Барышня устала смеяться и вздохнула.
– Какой вы веселый человек! Должно быть, вам очень легко и приятно жить на свете… Скажите, пожалуйста, как вас зовут?
Господин поднял брови и вздохнул.
– «Что в имени тебе моем?» Я – испанский гранд, путешествующий инкогнито.
– Ого!
– Да-с…
Вязов встретился с ним взглядом. В глазах господина мелькнуло что-то, как будто и Вязов показался ему знакомым.
Барышня сказала:
– Ну, синьор, пойдемте на нос: тут от трубы несет дымом.
И они ушли.
Вязов медленно прохаживался по палубе. Он вспомнил, кто этот господин. Студентами в Москве, лет тринадцать назад, жили они в общежитии в соседних комнатах. Сосед был математик, звали его – Алексей Смирницкий. Он усердно зубрил лекции, но любил также бывать в обществе и очень увлекался оперой.

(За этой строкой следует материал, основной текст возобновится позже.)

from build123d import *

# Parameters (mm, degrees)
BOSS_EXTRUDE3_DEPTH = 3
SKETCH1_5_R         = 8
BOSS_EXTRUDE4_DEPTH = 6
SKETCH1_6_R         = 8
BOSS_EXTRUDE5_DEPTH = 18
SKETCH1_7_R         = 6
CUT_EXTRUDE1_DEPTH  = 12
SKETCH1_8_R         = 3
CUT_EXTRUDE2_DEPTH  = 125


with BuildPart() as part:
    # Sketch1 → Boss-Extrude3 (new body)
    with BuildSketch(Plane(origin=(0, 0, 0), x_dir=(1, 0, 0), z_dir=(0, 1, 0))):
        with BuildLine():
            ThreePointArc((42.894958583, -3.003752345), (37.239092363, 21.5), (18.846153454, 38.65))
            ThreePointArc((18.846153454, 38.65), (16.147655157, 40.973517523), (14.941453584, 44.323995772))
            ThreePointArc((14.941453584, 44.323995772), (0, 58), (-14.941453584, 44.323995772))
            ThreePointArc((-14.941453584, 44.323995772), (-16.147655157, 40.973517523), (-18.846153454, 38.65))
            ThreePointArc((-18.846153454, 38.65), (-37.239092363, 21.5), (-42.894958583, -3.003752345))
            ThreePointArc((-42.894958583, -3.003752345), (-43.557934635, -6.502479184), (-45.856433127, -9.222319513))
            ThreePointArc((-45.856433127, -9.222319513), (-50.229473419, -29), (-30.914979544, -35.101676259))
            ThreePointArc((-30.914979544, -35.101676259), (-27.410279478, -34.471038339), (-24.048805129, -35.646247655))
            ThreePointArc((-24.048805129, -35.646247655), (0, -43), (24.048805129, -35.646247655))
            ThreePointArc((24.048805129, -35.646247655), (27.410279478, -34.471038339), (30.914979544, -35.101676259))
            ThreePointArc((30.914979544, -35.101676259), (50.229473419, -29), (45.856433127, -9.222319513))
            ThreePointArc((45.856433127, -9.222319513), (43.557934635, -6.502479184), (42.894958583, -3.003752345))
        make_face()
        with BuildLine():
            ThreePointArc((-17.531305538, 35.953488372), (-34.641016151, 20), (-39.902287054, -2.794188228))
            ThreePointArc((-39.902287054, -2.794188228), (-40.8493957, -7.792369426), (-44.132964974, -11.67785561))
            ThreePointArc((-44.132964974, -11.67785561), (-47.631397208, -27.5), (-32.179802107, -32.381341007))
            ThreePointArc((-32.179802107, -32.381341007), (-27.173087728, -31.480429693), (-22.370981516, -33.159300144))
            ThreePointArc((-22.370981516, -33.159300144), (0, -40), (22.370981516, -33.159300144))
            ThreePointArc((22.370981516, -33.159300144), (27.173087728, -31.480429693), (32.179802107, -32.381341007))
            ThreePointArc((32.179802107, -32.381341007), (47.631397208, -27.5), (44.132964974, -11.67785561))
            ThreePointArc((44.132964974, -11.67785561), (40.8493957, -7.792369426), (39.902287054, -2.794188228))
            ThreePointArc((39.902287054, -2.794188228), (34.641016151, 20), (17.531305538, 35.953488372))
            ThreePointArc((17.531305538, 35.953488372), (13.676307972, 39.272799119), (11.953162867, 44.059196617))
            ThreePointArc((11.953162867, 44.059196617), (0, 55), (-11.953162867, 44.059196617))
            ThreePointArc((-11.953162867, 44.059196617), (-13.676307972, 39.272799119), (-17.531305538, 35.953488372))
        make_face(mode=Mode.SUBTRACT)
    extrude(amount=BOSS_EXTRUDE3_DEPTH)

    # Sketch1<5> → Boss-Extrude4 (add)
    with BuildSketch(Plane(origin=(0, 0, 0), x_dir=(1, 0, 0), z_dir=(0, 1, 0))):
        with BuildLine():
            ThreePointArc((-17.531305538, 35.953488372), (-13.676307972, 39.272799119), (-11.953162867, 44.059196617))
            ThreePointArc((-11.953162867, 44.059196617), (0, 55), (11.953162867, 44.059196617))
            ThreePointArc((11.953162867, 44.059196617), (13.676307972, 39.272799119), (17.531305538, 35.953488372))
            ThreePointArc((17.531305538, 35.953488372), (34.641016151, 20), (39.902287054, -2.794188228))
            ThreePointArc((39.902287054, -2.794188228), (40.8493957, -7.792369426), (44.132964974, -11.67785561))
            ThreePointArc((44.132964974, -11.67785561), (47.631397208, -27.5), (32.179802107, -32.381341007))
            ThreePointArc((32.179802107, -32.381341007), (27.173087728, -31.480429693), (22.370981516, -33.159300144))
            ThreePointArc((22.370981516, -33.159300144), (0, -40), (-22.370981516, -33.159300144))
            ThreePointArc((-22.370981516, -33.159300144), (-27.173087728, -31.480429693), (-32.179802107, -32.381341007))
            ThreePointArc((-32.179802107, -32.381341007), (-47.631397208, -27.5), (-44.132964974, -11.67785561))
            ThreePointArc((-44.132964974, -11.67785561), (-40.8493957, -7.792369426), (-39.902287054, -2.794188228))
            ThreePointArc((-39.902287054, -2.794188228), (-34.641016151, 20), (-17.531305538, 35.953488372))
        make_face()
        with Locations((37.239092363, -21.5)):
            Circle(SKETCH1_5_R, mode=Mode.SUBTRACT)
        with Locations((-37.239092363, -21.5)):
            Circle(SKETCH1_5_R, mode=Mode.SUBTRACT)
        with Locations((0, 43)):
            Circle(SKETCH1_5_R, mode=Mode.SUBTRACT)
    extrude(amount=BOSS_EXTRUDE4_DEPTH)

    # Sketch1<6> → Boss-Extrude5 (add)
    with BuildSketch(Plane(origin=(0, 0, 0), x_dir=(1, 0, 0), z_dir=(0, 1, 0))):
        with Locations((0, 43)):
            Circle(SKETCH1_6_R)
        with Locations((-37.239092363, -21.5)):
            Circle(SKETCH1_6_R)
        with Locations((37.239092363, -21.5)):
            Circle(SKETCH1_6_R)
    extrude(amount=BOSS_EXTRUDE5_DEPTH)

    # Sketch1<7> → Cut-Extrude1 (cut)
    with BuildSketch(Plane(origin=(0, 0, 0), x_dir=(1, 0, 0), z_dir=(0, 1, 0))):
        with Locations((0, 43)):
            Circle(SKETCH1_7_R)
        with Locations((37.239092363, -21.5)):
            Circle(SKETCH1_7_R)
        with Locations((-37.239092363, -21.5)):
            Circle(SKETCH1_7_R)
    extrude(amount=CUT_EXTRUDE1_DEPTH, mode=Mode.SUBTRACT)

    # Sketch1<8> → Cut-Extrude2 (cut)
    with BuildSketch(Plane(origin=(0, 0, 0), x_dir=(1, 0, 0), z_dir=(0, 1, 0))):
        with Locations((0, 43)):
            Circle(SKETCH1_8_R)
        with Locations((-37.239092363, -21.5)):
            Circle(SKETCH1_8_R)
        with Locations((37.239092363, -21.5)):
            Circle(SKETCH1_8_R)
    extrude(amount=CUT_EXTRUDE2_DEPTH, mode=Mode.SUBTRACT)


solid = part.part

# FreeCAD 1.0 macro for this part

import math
import FreeCAD as App
import Part
import Sketcher

doc = App.newDocument("Part")
params = doc.addObject("Spreadsheet::Sheet", "Params")
for row, (alias, value) in enumerate([
    ("sketch1_radius", "43 mm"),
    ("sketch1_radius2", "7 mm"),
    ("sketch1_radius3", "15 mm"),
    ("sketch1_radius4", "40 mm"),
    ("pad1_length", "3 mm"),
    ("sketch2_diameter", "16 mm"),
    ("sketch2_radius", "10 mm"),
    ("sketch2_radius2", "40 mm"),
    ("sketch2_radius3", "12 mm"),
    ("pad2_length", "6 mm"),
    ("sketch3_diameter", "16 mm"),
    ("pad3_length", "18 mm"),
    ("sketch4_diameter", "12 mm"),
    ("pocket1_length", "12 mm"),
    ("sketch5_diameter", "6 mm"),
    ("pocket2_length", "125 mm"),
], start=1):
    params.set(f"A{row}", alias)
    params.set(f"B{row}", "=" + value)
    params.setAlias(f"B{row}", alias)

body = doc.addObject("PartDesign::Body", "Body")

# Sketch on XZ plane
sketch1 = body.newObject("Sketcher::SketchObject", "Sketch")
sketch1.AttachmentSupport = (doc.getObject("XZ_Plane"), [""])
sketch1.MapMode = "FlatFace"
sketch1.addGeometry(Part.ArcOfCircle(Part.Circle(App.Vector(0, 0, 0), App.Vector(0, 0, 1), 43), math.radians(-64), math.radians(4)), False)
sketch1.addGeometry(Part.ArcOfCircle(Part.Circle(App.Vector(22, -45, 0), App.Vector(0, 0, 1), 7), math.radians(116), math.radians(175)), False)
sketch1.addGeometry(Part.ArcOfCircle(Part.Circle(App.Vector(0, -43, 0), App.Vector(0, 0, 1), 15), math.radians(-175), math.radians(-5)), False)
sketch1.addGeometry(Part.ArcOfCircle(Part.Circle(App.Vector(-22, -45, 0), App.Vector(0, 0, 1), 7), math.radians(5), math.radians(64)), False)
sketch1.addGeometry(Part.ArcOfCircle(Part.Circle(App.Vector(0, 0, 0), App.Vector(0, 0, 1), 43), math.radians(176), math.radians(244)), False)
sketch1.addGeometry(Part.ArcOfCircle(Part.Circle(App.Vector(-50, 3, 0), App.Vector(0, 0, 1), 7), math.radians(-4), math.radians(55)), False)
sketch1.addGeometry(Part.ArcOfCircle(Part.Circle(App.Vector(-37, 22, 0), App.Vector(0, 0, 1), 15), math.radians(65), math.radians(235)), False)
sketch1.addGeometry(Part.ArcOfCircle(Part.Circle(App.Vector(-28, 41, 0), App.Vector(0, 0, 1), 7), math.radians(-115), math.radians(-56)), False)
sketch1.addGeometry(Part.ArcOfCircle(Part.Circle(App.Vector(0, 0, 0), App.Vector(0, 0, 1), 43), math.radians(56), math.radians(124)), False)
sketch1.addGeometry(Part.ArcOfCircle(Part.Circle(App.Vector(28, 41, 0), App.Vector(0, 0, 1), 7), math.radians(-124), math.radians(-65)), False)
sketch1.addGeometry(Part.ArcOfCircle(Part.Circle(App.Vector(37, 22, 0), App.Vector(0, 0, 1), 15), math.radians(-55), math.radians(115)), False)
sketch1.addGeometry(Part.ArcOfCircle(Part.Circle(App.Vector(50, 3, 0), App.Vector(0, 0, 1), 7), math.radians(125), math.radians(184)), False)
sketch1.addGeometry(Part.ArcOfCircle(Part.Circle(App.Vector(0, 0, 0), App.Vector(0, 0, 1), 40), math.radians(176), math.radians(244)), False)
sketch1.addGeometry(Part.ArcOfCircle(Part.Circle(App.Vector(-22, -45, 0), App.Vector(0, 0, 1), 10), math.radians(5), math.radians(64)), False)
sketch1.addGeometry(Part.ArcOfCircle(Part.Circle(App.Vector(0, -43, 0), App.Vector(0, 0, 1), 12), math.radians(-175), math.radians(-5)), False)
sketch1.addGeometry(Part.ArcOfCircle(Part.Circle(App.Vector(22, -45, 0), App.Vector(0, 0, 1), 10), math.radians(116), math.radians(175)), False)
sketch1.addGeometry(Part.ArcOfCircle(Part.Circle(App.Vector(0, 0, 0), App.Vector(0, 0, 1), 40), math.radians(-64), math.radians(4)), False)
sketch1.addGeometry(Part.ArcOfCircle(Part.Circle(App.Vector(50, 3, 0), App.Vector(0, 0, 1), 10), math.radians(125), math.radians(184)), False)
sketch1.addGeometry(Part.ArcOfCircle(Part.Circle(App.Vector(37, 22, 0), App.Vector(0, 0, 1), 12), math.radians(-55), math.radians(115)), False)
sketch1.addGeometry(Part.ArcOfCircle(Part.Circle(App.Vector(28, 41, 0), App.Vector(0, 0, 1), 10), math.radians(-124), math.radians(-65)), False)
sketch1.addGeometry(Part.ArcOfCircle(Part.Circle(App.Vector(0, 0, 0), App.Vector(0, 0, 1), 40), math.radians(56), math.radians(124)), False)
sketch1.addGeometry(Part.ArcOfCircle(Part.Circle(App.Vector(-28, 41, 0), App.Vector(0, 0, 1), 10), math.radians(-115), math.radians(-56)), False)
sketch1.addGeometry(Part.ArcOfCircle(Part.Circle(App.Vector(-37, 22, 0), App.Vector(0, 0, 1), 12), math.radians(65), math.radians(235)), False)
sketch1.addGeometry(Part.ArcOfCircle(Part.Circle(App.Vector(-50, 3, 0), App.Vector(0, 0, 1), 10), math.radians(-4), math.radians(55)), False)
sketch1.addConstraint(Sketcher.Constraint("Tangent", 0, 1, 1, 1))
sketch1.addConstraint(Sketcher.Constraint("Tangent", 1, 2, 2, 2))
sketch1.addConstraint(Sketcher.Constraint("Tangent", 2, 1, 3, 1))
sketch1.addConstraint(Sketcher.Constraint("Tangent", 3, 2, 4, 2))
sketch1.addConstraint(Sketcher.Constraint("Tangent", 4, 1, 5, 1))
sketch1.addConstraint(Sketcher.Constraint("Tangent", 5, 2, 6, 2))
sketch1.addConstraint(Sketcher.Constraint("Tangent", 6, 1, 7, 1))
sketch1.addConstraint(Sketcher.Constraint("Tangent", 7, 2, 8, 2))
sketch1.addConstraint(Sketcher.Constraint("Tangent", 8, 1, 9, 1))
sketch1.addConstraint(Sketcher.Constraint("Tangent", 9, 2, 10, 2))
sketch1.addConstraint(Sketcher.Constraint("Tangent", 10, 1, 11, 1))
sketch1.addConstraint(Sketcher.Constraint("Tangent", 11, 2, 0, 2))
sketch1.addConstraint(Sketcher.Constraint("Tangent", 12, 2, 13, 2))
sketch1.addConstraint(Sketcher.Constraint("Tangent", 13, 1, 14, 1))
sketch1.addConstraint(Sketcher.Constraint("Tangent", 14, 2, 15, 2))
sketch1.addConstraint(Sketcher.Constraint("Tangent", 15, 1, 16, 1))
sketch1.addConstraint(Sketcher.Constraint("Tangent", 16, 2, 17, 2))
sketch1.addConstraint(Sketcher.Constraint("Tangent", 17, 1, 18, 1))
sketch1.addConstraint(Sketcher.Constraint("Tangent", 18, 2, 19, 2))
sketch1.addConstraint(Sketcher.Constraint("Tangent", 19, 1, 20, 1))
sketch1.addConstraint(Sketcher.Constraint("Tangent", 20, 2, 21, 2))
sketch1.addConstraint(Sketcher.Constraint("Tangent", 21, 1, 22, 1))
sketch1.addConstraint(Sketcher.Constraint("Tangent", 22, 2, 23, 2))
sketch1.addConstraint(Sketcher.Constraint("Tangent", 23, 1, 12, 1))
sketch1.addConstraint(Sketcher.Constraint("Coincident", 0, 3, -1, 1))
sketch1.addConstraint(Sketcher.Constraint("Coincident", 4, 3, -1, 1))
sketch1.addConstraint(Sketcher.Constraint("Coincident", 8, 3, -1, 1))
sketch1.addConstraint(Sketcher.Constraint("Coincident", 12, 3, -1, 1))
sketch1.addConstraint(Sketcher.Constraint("Coincident", 16, 3, -1, 1))
sketch1.addConstraint(Sketcher.Constraint("Coincident", 20, 3, -1, 1))
sketch1.addConstraint(Sketcher.Constraint("Coincident", 13, 3, 3, 3))
sketch1.addConstraint(Sketcher.Constraint("Coincident", 14, 3, 2, 3))
sketch1.addConstraint(Sketcher.Constraint("Coincident", 15, 3, 1, 3))
sketch1.addConstraint(Sketcher.Constraint("Coincident", 17, 3, 11, 3))
sketch1.addConstraint(Sketcher.Constraint("Coincident", 18, 3, 10, 3))
sketch1.addConstraint(Sketcher.Constraint("Coincident", 19, 3, 9, 3))
sketch1.addConstraint(Sketcher.Constraint("Coincident", 21, 3, 7, 3))
sketch1.addConstraint(Sketcher.Constraint("Coincident", 22, 3, 6, 3))
sketch1.addConstraint(Sketcher.Constraint("Equal", 1, 3))
sketch1.addConstraint(Sketcher.Constraint("Equal", 0, 4))
sketch1.addConstraint(Sketcher.Constraint("Equal", 3, 5))
sketch1.addConstraint(Sketcher.Constraint("Equal", 2, 6))
sketch1.addConstraint(Sketcher.Constraint("Equal", 5, 7))
sketch1.addConstraint(Sketcher.Constraint("Equal", 4, 8))
sketch1.addConstraint(Sketcher.Constraint("Equal", 7, 9))
sketch1.addConstraint(Sketcher.Constraint("Equal", 6, 10))
sketch1.addConstraint(Sketcher.Constraint("Equal", 9, 11))
sketch1.addConstraint(Sketcher.Constraint("Equal", 21, 23))
sketch1.addConstraint(Sketcher.Constraint("Symmetric", 6, 3, 10, 3, -2))
sketch1.addConstraint(Sketcher.Constraint("PointOnObject", 2, 3, -2))
sketch1.addConstraint(Sketcher.Constraint("Radius", 0, 43.0))
sketch1.addConstraint(Sketcher.Constraint("Radius", 1, 7.0))
sketch1.addConstraint(Sketcher.Constraint("Radius", 2, 15.0))
sketch1.addConstraint(Sketcher.Constraint("Radius", 12, 40.0))
sketch1.addConstraint(Sketcher.Constraint("DistanceY", 2, 3, -1, 1, 43.0))
sketch1.addConstraint(Sketcher.Constraint("DistanceY", -1, 1, 6, 3, 21.5))
sketch1.addConstraint(Sketcher.Constraint("DistanceX", 19, 1, 9, 2, 8.543998))
sketch1.setExpression("Constraints[50]", "Params.sketch1_radius")
sketch1.setExpression("Constraints[51]", "Params.sketch1_radius2")
sketch1.setExpression("Constraints[52]", "Params.sketch1_radius3")
sketch1.setExpression("Constraints[53]", "Params.sketch1_radius4")
pad1 = body.newObject("PartDesign::Pad", "Pad")
pad1.Profile = sketch1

За горою догорала заря, спускались сумерки. Навстречу Вязову от носовой части палубы поспешно шел Смирницкий. Он шел своею характерною походкою, по которой Вязов сразу узнал бы его, – мелкими шажками, ступая носками в стороны и слегка размахивая назад руками.
Улыбаясь, он остановился перед Вязовым и сказал:
– Николай Петрович, ведь это, брат, ты!
– Я, Алексей Алексеевич!
– Вот встреча! Голубчик! Ну, здравствуй, здравствуй. Смирницкий поспешно обнял Вязова, они три раза поцеловались накрест.

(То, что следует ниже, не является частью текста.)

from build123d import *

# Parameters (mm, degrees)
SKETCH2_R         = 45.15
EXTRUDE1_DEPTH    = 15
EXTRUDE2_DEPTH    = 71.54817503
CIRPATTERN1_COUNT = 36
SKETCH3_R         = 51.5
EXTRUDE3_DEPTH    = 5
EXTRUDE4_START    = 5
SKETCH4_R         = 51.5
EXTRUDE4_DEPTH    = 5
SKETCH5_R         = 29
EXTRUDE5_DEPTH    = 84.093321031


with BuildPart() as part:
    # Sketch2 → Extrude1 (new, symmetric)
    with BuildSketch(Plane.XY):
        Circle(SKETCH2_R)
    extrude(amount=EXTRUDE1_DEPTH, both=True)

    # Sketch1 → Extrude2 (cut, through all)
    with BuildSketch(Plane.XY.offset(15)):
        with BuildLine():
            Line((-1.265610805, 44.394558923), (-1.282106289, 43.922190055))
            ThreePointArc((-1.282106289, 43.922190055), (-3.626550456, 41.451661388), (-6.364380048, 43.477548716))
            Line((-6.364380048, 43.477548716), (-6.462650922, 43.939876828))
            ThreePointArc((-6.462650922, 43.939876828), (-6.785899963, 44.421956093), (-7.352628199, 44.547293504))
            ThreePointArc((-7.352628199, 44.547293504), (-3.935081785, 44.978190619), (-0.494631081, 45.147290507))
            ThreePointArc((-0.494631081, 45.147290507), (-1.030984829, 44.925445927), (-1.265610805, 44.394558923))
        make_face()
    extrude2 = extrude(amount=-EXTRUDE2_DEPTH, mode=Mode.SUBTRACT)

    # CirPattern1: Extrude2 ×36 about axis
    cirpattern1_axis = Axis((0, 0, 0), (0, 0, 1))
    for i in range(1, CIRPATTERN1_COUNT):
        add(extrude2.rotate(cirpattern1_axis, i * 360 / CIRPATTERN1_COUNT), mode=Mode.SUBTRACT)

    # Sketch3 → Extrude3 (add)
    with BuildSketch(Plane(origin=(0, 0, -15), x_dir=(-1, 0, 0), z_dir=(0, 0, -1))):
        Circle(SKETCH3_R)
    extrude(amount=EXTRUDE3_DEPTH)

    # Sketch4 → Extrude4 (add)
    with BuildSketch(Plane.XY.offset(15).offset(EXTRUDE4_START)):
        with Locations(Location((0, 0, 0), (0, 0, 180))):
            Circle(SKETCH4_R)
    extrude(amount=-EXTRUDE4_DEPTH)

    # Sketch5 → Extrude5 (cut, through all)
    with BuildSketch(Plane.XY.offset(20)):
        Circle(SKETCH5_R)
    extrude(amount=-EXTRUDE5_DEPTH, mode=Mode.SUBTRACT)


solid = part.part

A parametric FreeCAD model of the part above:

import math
import FreeCAD as App
import Part
import Sketcher

V = App.Vector
Q = App.Units.Quantity

doc = App.newDocument("Part")
body = doc.addObject("PartDesign::Body", "Body")

sketch1 = body.newObject("Sketcher::SketchObject", "Sketch")
sketch1.AttachmentSupport = (doc.getObject("XY_Plane"), [""])
sketch1.MapMode = "FlatFace"
sketch1.addGeometry(Part.Circle(V(0, 0, 0), V(0, 0, 1), 45), False)
sketch1.addConstraint([
    Sketcher.Constraint("Coincident", 0, 3, -1, 1),
    Sketcher.Constraint("Diameter", 0, 90.3),
])
pad1 = body.newObject("PartDesign::Pad", "Pad")
pad1.Profile = sketch1
pad1.Length = 30
pad1.Midplane = True

sketch2 = body.newObject("Sketcher::SketchObject", "Sketch001")
sketch2.AttachmentSupport = (doc.getObject("XY_Plane"), [""])
sketch2.MapMode = "FlatFace"
sketch2.AttachmentOffset = App.Placement(V(0, 0, 15), App.Rotation())
sketch2.addGeometry([
    Part.LineSegment(V(-1.28, 43.92, 0), V(-1.27, 44.39, 0)),
    Part.ArcOfCircle(Part.Circle(V(-0.49, 44.37, 0), V(0, 0, 1), 0.78), math.radians(91), math.radians(178)),
    Part.ArcOfCircle(Part.Circle(V(0, 0, 0), V(0, 0, 1), 45.15), math.radians(90.63), math.radians(99.37)),
    Part.ArcOfCircle(Part.Circle(V(-7.23, 43.78, 0), V(0, 0, 1), 0.78), math.radians(12), math.radians(99)),
    Part.LineSegment(V(-6.46, 43.94, 0), V(-6.36, 43.48, 0)),
    Part.ArcOfCircle(Part.Circle(V(-3.85, 44.01, 0), V(0, 0, 1), 2.57), math.radians(-168), math.radians(-2)),
], False)
sketch2.addConstraint([
    Sketcher.Constraint("Tangent", 0, 2, 1, 2),
    Sketcher.Constraint("Tangent", 1, 1, 2, 1),
    Sketcher.Constraint("Tangent", 2, 2, 3, 2),
    Sketcher.Constraint("Tangent", 3, 1, 4, 1),
    Sketcher.Constraint("Tangent", 4, 2, 5, 1),
    Sketcher.Constraint("Tangent", 5, 2, 0, 1),
    Sketcher.Constraint("Coincident", 2, 3, -1, 1),
    Sketcher.Constraint("Equal", 1, 3),
    Sketcher.Constraint("Equal", 0, 4),
    Sketcher.Constraint("Angle", 0, Q("88 deg")),
    Sketcher.Constraint("Angle", 4, Q("-78 deg")),
    Sketcher.Constraint("Radius", 1, 0.78),
    Sketcher.Constraint("Radius", 2, 45.15),
    Sketcher.Constraint("Radius", 5, 2.57),
    Sketcher.Constraint("DistanceY", 5, 2, 1, 1, 1.2251),
])
pocket1 = body.newObject("PartDesign::Pocket", "Pocket")
pocket1.Profile = sketch2
pocket1.Type = "ThroughAll"
doc.recompute()

polarpattern = body.newObject("PartDesign::PolarPattern", "PolarPattern")
polarpattern.Originals = [pocket1]
polarpattern.Axis = (doc.getObject("Z_Axis"), [""])
polarpattern.Angle = 360
polarpattern.Occurrences = 36
body.Tip = polarpattern

sketch3 = body.newObject("Sketcher::SketchObject", "Sketch002")
sketch3.AttachmentSupport = (doc.getObject("XY_Plane"), [""])
sketch3.MapMode = "FlatFace"
sketch3.AttachmentOffset = App.Placement(V(0, 0, -15), App.Rotation())
sketch3.addGeometry(Part.Circle(V(0, 0, 0), V(0, 0, 1), 52), False)
sketch3.addConstraint([
    Sketcher.Constraint("Coincident", 0, 3, -1, 1),
    Sketcher.Constraint("Diameter", 0, 103.0),
])
pad2 = body.newObject("PartDesign::Pad", "Pad001")
pad2.Profile = sketch3
pad2.Length = 5
pad2.Reversed = True

sketch4 = body.newObject("Sketcher::SketchObject", "Sketch003")
sketch4.AttachmentSupport = (doc.getObject("XY_Plane"), [""])
sketch4.MapMode = "FlatFace"
sketch4.AttachmentOffset = App.Placement(V(0, 0, 20), App.Rotation())
sketch4.addGeometry(Part.Circle(V(0, 0, 0), V(0, 0, 1), 52), False)
sketch4.addConstraint([
    Sketcher.Constraint("Coincident", 0, 3, -1, 1),
    Sketcher.Constraint("Diameter", 0, 103.0),
])
pad3 = body.newObject("PartDesign::Pad", "Pad002")
pad3.Profile = sketch4
pad3.Length = 5
pad3.Reversed = True

sketch5 = body.newObject("Sketcher::SketchObject", "Sketch004")
sketch5.AttachmentSupport = (doc.getObject("XY_Plane"), [""])
sketch5.MapMode = "FlatFace"
sketch5.AttachmentOffset = App.Placement(V(0, 0, 20), App.Rotation())
sketch5.addGeometry(Part.Circle(V(0, 0, 0), V(0, 0, 1), 29), False)
sketch5.addConstraint([
    Sketcher.Constraint("Coincident", 0, 3, -1, 1),
    Sketcher.Constraint("Diameter", 0, 58.0),
])
pocket2 = body.newObject("PartDesign::Pocket", "Pocket001")
pocket2.Profile = sketch5
pocket2.Type = "ThroughAll"

doc.recompute()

– Вот, брат, не ожидал! – заговорил Смирницкий. – Ну, как ты, что? Куда едешь?.. Погоди-ка, не выпьем ли мы с тобою вина? Ты что пьешь, – вино, пиво?.. Человек!
Они сели за столик на палубе. Смирницкий заказал бутылку бордо.
– Да, вот и встретились! – сказал он, потирая руки и улыбаясь. – Ну, что ты, как? Рассказывай.
– Да что рассказывать? Работаю по статистике…
– А помнишь наше первое знакомство? – прервал Смирницкий. – В кухмистерской, на Драчевке? Подали нам бульон: тепленькая водица, а по ней – кружочки жира. Ты катаром желудка, что ли, страдал, – сидишь и уныло снимаешь ложкою жир. Я тебе говорю: «Вы уподобляетесь тому ловеласу, который вздумал бы смывать румяна с уличной красавицы, – что от нее тогда останется?» Ты рассмеялся, и мы разговорились… Помнишь?
– Да, да… Припоминаю.
– «Как ловелас, который вздумал бы смывать румяна с уличной красавицы», – повторил Смирницкий и засмеялся.
– Собачья была еда… Ну, расскажи, а ты что поделываешь? Куда едешь?
– Служу я учителем математики в Москве, в гимназии, а еду… Уж прости, брат, не смейся, – в Персию!
– В Персию?
– В Персию, брат, в Персию! – подтвердил Смирницкий, как будто рассказывал смешной анекдот. – И еще весь букет-то в том, что и дела-то у меня там никакого нету, а так себе еду…
Человек принес вино. Смирницкий налил его в стаканчики.
– Будь здоров! – сказал он, чокаясь. – Ну, а ты куда едешь?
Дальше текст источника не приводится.